Para além dos números, é fácil constatar que Paraisópolis, com todos os seus problemas, é uma comunidade muito mais rica do que as terras natais de seus fundadores. Graças ao Google Street View, qualquer um pode fazer um passeio virtual pelas ruas da favela. A primeira surpresa para os desavisados talvez seja a vitalidade da economia local. Quem anda pelas ruas de Paraisópolis vai encontrar um comércio diversificado. O bairro tem lojas de autopeças, assistência técnica de computador, escritório odontológico. Creche particular. Óticas Carol. Uma pizzaria e paninaria. Corretora de imóveis. Autoescola. Banco Santander. Casas Bahia. Cultura
Inglesa. O sushi-bar Temaki de Ouro. Banco do Brasil.
Como a lista acima evidencia, os moradores de Paraisópolis sabem bem que a forma de progredir na vida é por meio do trabalho e do empreendedorismo. E, embora possam necessitar temporariamente da assistência social, o que eles mais precisam é de um sistema legal eficiente, que lhes garanta o direito à propriedade que eles conquistaram pelo próprio trabalho.

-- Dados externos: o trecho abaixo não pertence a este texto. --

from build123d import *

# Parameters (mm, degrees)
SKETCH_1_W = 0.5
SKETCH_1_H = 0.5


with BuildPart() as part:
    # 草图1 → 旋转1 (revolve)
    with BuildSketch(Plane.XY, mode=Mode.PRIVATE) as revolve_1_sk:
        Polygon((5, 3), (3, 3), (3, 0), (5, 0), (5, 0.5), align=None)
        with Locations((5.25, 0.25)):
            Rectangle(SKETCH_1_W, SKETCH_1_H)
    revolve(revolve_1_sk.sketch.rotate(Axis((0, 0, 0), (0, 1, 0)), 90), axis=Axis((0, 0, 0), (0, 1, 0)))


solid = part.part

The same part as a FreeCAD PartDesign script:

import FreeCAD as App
import Part
import Sketcher

doc = App.newDocument("Part")
body = doc.addObject("PartDesign::Body", "Body")

sketch1 = body.newObject("Sketcher::SketchObject", "Sketch")
sketch1.AttachmentSupport = (doc.getObject("XY_Plane"), [""])
sketch1.MapMode = "FlatFace"
sketch1.addGeometry(Part.LineSegment(App.Vector(5, 3, 0), App.Vector(3, 3, 0)), False)
sketch1.addGeometry(Part.LineSegment(App.Vector(3, 3, 0), App.Vector(3, 0, 0)), False)
sketch1.addGeometry(Part.LineSegment(App.Vector(3, 0, 0), App.Vector(5.5, 0, 0)), False)
sketch1.addGeometry(Part.LineSegment(App.Vector(5.5, 0, 0), App.Vector(5.5, 0.5, 0)), False)
sketch1.addGeometry(Part.LineSegment(App.Vector(5.5, 0.5, 0), App.Vector(5, 0.5, 0)), False)
sketch1.addGeometry(Part.LineSegment(App.Vector(5, 0.5, 0), App.Vector(5, 3, 0)), False)
sketch1.addConstraint(Sketcher.Constraint("Coincident", 0, 2, 1, 1))
sketch1.addConstraint(Sketcher.Constraint("Coincident", 1, 2, 2, 1))
sketch1.addConstraint(Sketcher.Constraint("Coincident", 2, 2, 3, 1))
sketch1.addConstraint(Sketcher.Constraint("Coincident", 3, 2, 4, 1))
sketch1.addConstraint(Sketcher.Constraint("Coincident", 4, 2, 5, 1))
sketch1.addConstraint(Sketcher.Constraint("Coincident", 5, 2, 0, 1))
sketch1.addConstraint(Sketcher.Constraint("Horizontal", 0))
sketch1.addConstraint(Sketcher.Constraint("Vertical", 1))
sketch1.addConstraint(Sketcher.Constraint("Horizontal", 2))
sketch1.addConstraint(Sketcher.Constraint("Vertical", 3))
sketch1.addConstraint(Sketcher.Constraint("Horizontal", 4))
sketch1.addConstraint(Sketcher.Constraint("Vertical", 5))
sketch1.addConstraint(Sketcher.Constraint("PointOnObject", 1, 2, -1))
sketch1.addConstraint(Sketcher.Constraint("Equal", 4, 3))
sketch1.addConstraint(Sketcher.Constraint("Equal", 2, 5))
sketch1.addConstraint(Sketcher.Constraint("DistanceX", 0, 2, 0, 1, 2.0))
sketch1.addConstraint(Sketcher.Constraint("DistanceY", 1, 2, 1, 1, 3.0))
sketch1.addConstraint(Sketcher.Constraint("DistanceX", -1, 1, 0, 2, 3.0))
revolution = body.newObject("PartDesign::Revolution", "Revolution")
revolution.Profile = sketch1
revolution.ReferenceAxis = (sketch1, ["V_Axis"])
revolution.Angle = 360

doc.recompute()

Paraisópolis não é, nem de longe, o bairro dos sonhos. Em muitos aspectos, a condição em que aquelas pessoas vivem está longe da ideal. Mas, para aquelas famílias, se mudar para lá foi um passo importante em uma jornada contínua: a jornada humana pela melhoria da sua condição. Os moradores que vieram do Nordeste não vieram em busca de assistência do governo, mas de oportunidades de emprego. O caminho para que eles continuem progredindo é fornecer os meios para que eles possam trabalhar livremente.
É preciso reconhecer, por outro lado, que a foto célebre do prédio luxuoso ao lado de Paraisópolis incomoda. E incomoda porque ela fere nosso senso básico de justiça. Aqueles que exibem a fotografia do edifício Penthouse à exaustão apostam em um instinto básico do ser humano: nós somos muito bons em identificar diferenças. Esse parece ser um traço instintivo. Até mesmo macacos-prego se revoltam quando notam uma injustiça na distribuição de frutas. Mas a solução não é simples. Não basta retirar a renda dos moradores do Penthouse e distribuí-la entre os moradores de Paraisópolis.
A riqueza não é um jogo de soma zero. Se os ricos do prédio com piscina na varanda desaparecessem, a vida dos moradores de Paraisópolis não melhoraria.
Os moradores da favela não são pessoas ignorantes, à beira da morte, aguardando que um rico esclarecido lhes estenda a mão. São cidadãos altivos, capazes de tomar decisões sozinhos – e que demonstraram isso ao melhorarem sua condição de vida por esforço próprio. A liberdade é uma característica inerente ao ser humano.
A forma mais eficaz de destruir a dignidade de uma pessoa é anulando sua liberdade. E a forma mais eficaz de anular a liberdade de alguém é tratá-la o tempo todo como alguém incapaz de agir livremente.
Um Estado eficaz deve estar pronto para, sempre que preciso, agir em situações emergenciais que exijam uma resposta rápida. Também é preciso ter uma atenção especial com os brasileiros na extrema pobreza. Temos o dever moral de criar as condições para que a miséria seja erradicada de vez. O problema é que algumas das fórmulas apresentadas ao longo da história acabam tornando o problema pior. É preciso um olhar honesto sobre os possíveis caminhos para a redução da pobreza e da desigualdade.
Gabriel de Arruda Castro
Jornalista, mestre em Política e em Administração Pública.